SaraEl-Metwally / LightAssembler

Lightweight resources assembly algorithm
GNU General Public License v3.0
19 stars 1 forks source link

Error: maximum supported read length for this version = 1024 #5

Open tseemann opened 8 years ago

tseemann commented 8 years ago

I can't seem to assemble my data, 5 Mbp bacterial genome, PE reads. I've tried various k and g etc.

LightAssembler -k 31 -G 5000000 -t 72 /data/R1.fq.gz /data/R2.fq.gz --verbose
--- Parameters extrapolation.

--- h(0):m(0):s(8) elapsed time.
--- start with gap size g = 8
--- average read length = 137
--- average sequencing coverage = 131

--- Uniform kmers sampling.

--- h(0):m(0):s(0) elapsed time.
--- total number of kmers in BloomA = 0
--- BloomA false positive rate = 0
--- probability of an incorrect kmer appears in the sample : 0.151046

--- Trusted/untrusted kmers filtering.

--- h(0):m(0):s(0) elapsed time.
--- total number of kmers in BloomB = 0
--- BloomB false positive rate = 0
--- LightAssembler can not assemble your dataset !!!
--- maximum supported read length for this version = 1024
--- try different values for k [kmer size] & g [gap size] or different dataset
tseemann commented 8 years ago

I think the bug is that you do not support read files with path in them?
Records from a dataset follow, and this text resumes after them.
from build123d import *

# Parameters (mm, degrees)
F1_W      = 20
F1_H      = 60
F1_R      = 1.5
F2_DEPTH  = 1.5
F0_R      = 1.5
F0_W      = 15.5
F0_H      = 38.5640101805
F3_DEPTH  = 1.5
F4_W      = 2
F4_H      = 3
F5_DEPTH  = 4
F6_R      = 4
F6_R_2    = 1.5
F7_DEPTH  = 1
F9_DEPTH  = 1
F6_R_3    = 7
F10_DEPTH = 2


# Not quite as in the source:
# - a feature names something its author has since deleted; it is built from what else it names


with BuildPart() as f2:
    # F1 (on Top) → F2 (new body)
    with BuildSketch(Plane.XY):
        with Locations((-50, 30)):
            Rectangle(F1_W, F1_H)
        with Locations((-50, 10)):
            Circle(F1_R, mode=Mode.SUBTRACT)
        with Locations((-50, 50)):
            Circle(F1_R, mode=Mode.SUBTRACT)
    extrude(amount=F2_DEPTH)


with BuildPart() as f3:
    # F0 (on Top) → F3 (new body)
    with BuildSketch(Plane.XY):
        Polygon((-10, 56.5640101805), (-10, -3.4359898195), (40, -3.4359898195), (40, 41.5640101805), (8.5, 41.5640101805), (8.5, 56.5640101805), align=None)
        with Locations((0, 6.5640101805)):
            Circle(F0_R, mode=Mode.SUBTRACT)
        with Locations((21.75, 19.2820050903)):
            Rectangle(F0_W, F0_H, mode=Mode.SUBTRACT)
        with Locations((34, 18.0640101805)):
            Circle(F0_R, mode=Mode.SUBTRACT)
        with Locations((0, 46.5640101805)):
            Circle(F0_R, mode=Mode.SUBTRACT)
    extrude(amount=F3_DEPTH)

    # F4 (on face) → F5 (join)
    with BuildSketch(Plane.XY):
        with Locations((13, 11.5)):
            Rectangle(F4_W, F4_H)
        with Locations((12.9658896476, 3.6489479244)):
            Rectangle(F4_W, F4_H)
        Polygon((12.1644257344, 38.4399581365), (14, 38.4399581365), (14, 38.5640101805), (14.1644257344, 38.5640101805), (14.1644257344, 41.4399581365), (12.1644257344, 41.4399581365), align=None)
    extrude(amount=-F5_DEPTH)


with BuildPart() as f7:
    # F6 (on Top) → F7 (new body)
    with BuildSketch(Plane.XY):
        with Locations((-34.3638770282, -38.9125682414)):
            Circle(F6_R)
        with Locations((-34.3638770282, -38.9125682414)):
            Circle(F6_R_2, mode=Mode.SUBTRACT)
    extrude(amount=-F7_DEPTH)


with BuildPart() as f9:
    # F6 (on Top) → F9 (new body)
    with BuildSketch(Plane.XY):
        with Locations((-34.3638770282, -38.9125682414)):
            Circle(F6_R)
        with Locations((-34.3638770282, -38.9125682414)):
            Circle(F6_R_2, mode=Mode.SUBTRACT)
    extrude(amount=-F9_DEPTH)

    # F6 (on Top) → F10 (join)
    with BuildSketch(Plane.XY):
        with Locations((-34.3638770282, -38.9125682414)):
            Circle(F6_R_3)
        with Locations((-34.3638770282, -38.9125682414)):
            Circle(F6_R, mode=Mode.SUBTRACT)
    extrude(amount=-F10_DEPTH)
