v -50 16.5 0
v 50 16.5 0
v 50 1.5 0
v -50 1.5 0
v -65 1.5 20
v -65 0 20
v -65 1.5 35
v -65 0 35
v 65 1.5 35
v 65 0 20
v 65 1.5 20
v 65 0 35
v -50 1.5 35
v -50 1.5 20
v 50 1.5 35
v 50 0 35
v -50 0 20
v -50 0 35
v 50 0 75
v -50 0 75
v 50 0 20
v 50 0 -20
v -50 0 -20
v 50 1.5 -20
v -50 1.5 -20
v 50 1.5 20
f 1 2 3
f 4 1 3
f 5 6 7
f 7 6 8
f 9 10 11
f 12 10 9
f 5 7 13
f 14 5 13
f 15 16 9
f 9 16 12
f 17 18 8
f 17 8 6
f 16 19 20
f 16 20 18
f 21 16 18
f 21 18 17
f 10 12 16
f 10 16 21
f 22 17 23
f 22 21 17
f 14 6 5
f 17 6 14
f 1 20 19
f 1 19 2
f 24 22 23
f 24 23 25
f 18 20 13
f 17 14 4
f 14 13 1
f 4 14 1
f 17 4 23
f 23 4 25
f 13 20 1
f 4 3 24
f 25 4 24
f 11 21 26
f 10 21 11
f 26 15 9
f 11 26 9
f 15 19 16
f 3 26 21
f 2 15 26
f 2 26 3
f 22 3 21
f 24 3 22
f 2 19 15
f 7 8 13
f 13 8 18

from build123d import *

# Parameters (mm, degrees)
BOSS_EXTRUDE1_DEPTH = 50
SKETCH2_W           = 20
SKETCH2_H           = 1.5
BOSS_EXTRUDE2_DEPTH = 100
SKETCH3_W           = 15
SKETCH3_H           = 15
BOSS_EXTRUDE3_DEPTH = 1.5


with BuildPart() as part:
    # Sketch1 → Boss-Extrude1 (new body, symmetric)
    with BuildSketch(Plane(origin=(0, 0, 0), x_dir=(0, 0, -1), z_dir=(1, 0, 0))):
        Polygon((-75, 0), (0, 16.5), (0, 0), align=None)
    extrude(amount=BOSS_EXTRUDE1_DEPTH, both=True)

    # Sketch2 → Boss-Extrude2 (add)
    with BuildSketch(Plane(origin=(50, 0, 0), x_dir=(0, 0, -1), z_dir=(1, 0, 0))):
        with Locations((10, 0.75)):
            Rectangle(SKETCH2_W, SKETCH2_H)
    extrude(amount=-BOSS_EXTRUDE2_DEPTH)

    # Sketch3 → Boss-Extrude3 (add)
    with BuildSketch(Plane.XZ):
        with Locations((57.5, 27.5)):
            Rectangle(SKETCH3_W, SKETCH3_H)
        with Locations((-57.5, 27.5)):
            Rectangle(SKETCH3_W, SKETCH3_H)
    extrude(amount=-BOSS_EXTRUDE3_DEPTH)


solid = part.part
So ecoli.fastq.gz works, but not /path/to/the/reads/ecoli.fastq.gz ?

SaraEl-Metwally commented 7 years ago

screenshot from 2016-09-30 04_32_23

SaraEl-Metwally commented 7 years ago

As you can see, LightAssembler supports the path to read files. Thanks!

tseemann commented 7 years ago

The path suggestion was just one idea I had.

Can you suggest any other reasons why we are unable to get any results with your software?

SaraEl-Metwally commented 7 years ago

Can you give me the exact command line that you are using for your dataset?

michaelbarton commented 7 years ago

I believe @jfroula was having the same problem running the software here at the JGI. Jeff, perhaps you could outline the problem you were having, if you have your code samples at hand?

michaelbarton commented 7 years ago

My experience is that this appears to be related to the -G flag. If the value is not set to an accurate value. I've found using 10x the anticipated value appears to make this error go away. Assuming we're describing the same error cause. LightAssembler appears to generate the same error message, regardless of the cause.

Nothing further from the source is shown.